§ WORK REQUIRED: Output range, inclusive: from the line containing "v -1.994 14 0.149" to the line containing "v 1.862 3 0.731". Restate those lines from the data below word for word and only those.

§ RECORDS FOR THE TASK:
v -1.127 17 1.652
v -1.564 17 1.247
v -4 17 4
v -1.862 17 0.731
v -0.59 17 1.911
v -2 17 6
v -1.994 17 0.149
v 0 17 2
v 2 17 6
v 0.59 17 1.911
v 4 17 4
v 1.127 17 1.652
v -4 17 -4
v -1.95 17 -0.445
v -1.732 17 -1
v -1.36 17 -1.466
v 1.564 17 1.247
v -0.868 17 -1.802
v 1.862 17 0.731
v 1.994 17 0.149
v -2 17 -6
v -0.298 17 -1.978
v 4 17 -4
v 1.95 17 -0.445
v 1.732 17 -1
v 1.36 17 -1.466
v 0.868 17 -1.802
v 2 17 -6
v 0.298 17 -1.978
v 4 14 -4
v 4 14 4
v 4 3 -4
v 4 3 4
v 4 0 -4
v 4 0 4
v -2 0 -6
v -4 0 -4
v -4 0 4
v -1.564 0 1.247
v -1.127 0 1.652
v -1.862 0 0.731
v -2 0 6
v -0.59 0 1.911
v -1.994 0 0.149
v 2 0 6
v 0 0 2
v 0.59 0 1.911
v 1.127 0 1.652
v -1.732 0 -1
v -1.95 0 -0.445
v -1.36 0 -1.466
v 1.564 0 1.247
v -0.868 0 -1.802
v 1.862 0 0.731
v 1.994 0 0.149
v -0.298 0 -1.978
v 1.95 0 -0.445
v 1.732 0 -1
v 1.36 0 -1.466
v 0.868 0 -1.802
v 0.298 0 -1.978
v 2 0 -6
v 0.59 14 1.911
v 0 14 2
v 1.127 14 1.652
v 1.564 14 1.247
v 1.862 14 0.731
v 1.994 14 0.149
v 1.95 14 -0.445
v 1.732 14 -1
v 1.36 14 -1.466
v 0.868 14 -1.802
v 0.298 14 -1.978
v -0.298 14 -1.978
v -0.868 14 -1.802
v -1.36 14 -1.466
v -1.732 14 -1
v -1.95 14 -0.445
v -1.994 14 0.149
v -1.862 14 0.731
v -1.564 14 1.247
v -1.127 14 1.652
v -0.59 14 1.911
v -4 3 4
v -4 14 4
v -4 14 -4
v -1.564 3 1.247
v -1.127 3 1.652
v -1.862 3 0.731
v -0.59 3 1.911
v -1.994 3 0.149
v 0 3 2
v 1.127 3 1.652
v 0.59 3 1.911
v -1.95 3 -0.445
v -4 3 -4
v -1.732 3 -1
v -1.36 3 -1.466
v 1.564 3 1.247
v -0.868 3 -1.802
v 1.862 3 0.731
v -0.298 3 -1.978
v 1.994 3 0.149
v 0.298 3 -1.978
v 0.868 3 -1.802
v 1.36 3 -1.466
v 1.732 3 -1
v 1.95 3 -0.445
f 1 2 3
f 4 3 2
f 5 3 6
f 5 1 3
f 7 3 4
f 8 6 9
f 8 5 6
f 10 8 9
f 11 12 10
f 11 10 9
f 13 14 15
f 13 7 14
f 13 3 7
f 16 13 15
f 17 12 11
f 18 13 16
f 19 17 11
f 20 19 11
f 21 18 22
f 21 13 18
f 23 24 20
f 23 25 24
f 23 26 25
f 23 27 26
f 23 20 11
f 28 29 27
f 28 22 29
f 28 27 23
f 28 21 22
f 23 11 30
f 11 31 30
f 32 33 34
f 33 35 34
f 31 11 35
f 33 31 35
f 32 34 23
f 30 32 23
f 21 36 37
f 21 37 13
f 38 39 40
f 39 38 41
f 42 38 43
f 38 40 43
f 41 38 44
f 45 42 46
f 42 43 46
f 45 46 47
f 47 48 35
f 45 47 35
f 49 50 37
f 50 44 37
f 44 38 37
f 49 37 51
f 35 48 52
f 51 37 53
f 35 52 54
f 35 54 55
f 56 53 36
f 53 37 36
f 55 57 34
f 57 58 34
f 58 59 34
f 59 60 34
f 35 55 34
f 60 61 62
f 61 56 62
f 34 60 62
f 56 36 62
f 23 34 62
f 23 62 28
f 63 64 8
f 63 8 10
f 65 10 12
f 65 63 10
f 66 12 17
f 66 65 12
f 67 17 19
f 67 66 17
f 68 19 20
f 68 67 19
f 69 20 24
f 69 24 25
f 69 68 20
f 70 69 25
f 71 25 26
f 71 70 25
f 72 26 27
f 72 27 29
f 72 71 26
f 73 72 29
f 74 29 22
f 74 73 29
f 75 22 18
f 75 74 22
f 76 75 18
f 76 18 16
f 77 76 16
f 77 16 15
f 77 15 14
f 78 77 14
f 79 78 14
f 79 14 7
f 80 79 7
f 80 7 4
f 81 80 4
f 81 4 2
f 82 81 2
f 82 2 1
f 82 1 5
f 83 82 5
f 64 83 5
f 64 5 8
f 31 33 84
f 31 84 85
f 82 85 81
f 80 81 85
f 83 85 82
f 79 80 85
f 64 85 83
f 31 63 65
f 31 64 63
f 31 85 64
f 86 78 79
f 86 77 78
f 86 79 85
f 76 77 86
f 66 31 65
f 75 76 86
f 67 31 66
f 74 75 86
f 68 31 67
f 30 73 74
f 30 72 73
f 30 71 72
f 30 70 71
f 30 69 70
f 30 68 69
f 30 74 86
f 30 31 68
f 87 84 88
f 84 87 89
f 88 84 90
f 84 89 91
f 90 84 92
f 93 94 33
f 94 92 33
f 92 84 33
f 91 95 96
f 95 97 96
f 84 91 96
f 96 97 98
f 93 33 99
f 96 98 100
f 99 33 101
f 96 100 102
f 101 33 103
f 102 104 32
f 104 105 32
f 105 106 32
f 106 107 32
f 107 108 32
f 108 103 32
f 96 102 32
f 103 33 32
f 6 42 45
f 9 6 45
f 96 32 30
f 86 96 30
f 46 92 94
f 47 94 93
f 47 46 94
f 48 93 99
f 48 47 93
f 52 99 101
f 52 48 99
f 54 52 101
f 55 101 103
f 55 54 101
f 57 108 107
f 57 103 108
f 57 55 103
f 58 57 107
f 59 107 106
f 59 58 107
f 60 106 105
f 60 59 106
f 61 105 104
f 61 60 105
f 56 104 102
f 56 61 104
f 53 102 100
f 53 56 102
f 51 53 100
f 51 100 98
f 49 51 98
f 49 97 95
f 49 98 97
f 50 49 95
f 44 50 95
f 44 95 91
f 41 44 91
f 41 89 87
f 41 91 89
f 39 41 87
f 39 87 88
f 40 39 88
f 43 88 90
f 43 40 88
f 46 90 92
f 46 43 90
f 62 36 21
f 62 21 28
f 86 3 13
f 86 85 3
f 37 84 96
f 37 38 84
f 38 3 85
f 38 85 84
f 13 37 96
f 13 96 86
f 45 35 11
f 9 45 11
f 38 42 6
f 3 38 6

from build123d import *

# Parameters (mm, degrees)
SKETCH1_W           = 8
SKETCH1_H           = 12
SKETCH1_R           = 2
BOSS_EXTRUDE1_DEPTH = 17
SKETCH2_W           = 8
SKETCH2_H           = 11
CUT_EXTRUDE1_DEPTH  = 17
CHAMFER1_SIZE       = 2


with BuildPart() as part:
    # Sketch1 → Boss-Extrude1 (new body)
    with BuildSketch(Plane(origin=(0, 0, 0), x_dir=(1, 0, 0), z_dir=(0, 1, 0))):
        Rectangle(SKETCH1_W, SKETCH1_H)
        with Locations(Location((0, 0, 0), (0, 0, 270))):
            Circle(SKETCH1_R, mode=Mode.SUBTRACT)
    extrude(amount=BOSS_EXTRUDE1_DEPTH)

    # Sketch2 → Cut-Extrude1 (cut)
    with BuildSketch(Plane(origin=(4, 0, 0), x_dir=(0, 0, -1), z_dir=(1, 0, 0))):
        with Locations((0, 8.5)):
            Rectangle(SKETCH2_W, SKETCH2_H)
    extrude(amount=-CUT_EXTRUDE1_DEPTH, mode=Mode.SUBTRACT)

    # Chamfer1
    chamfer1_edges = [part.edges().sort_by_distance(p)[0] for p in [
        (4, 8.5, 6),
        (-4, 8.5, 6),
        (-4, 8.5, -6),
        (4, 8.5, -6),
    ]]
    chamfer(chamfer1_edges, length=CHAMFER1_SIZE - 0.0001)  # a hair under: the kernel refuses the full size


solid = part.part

...

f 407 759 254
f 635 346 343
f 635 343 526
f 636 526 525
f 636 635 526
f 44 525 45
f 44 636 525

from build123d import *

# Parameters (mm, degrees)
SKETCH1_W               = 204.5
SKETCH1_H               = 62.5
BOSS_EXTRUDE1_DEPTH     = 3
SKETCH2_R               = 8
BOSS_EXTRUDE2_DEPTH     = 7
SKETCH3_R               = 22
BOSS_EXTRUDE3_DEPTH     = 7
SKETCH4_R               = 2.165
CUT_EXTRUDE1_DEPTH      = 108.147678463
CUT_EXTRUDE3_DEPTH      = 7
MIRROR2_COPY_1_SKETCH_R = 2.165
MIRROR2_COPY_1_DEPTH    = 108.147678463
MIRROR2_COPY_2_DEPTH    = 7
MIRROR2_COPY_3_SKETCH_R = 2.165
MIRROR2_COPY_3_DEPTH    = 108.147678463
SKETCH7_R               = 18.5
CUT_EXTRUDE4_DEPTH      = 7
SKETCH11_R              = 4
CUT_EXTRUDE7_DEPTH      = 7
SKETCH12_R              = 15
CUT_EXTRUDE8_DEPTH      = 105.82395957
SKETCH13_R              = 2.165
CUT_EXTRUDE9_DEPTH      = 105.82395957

§ EXERCISE ANSWER:
v -1.994 14 0.149
v -1.862 14 0.731
v -1.564 14 1.247
v -1.127 14 1.652
v -0.59 14 1.911
v -4 3 4
v -4 14 4
v -4 14 -4
v -1.564 3 1.247
v -1.127 3 1.652
v -1.862 3 0.731
v -0.59 3 1.911
v -1.994 3 0.149
v 0 3 2
v 1.127 3 1.652
v 0.59 3 1.911
v -1.95 3 -0.445
v -4 3 -4
v -1.732 3 -1
v -1.36 3 -1.466
v 1.564 3 1.247
v -0.868 3 -1.802
v 1.862 3 0.731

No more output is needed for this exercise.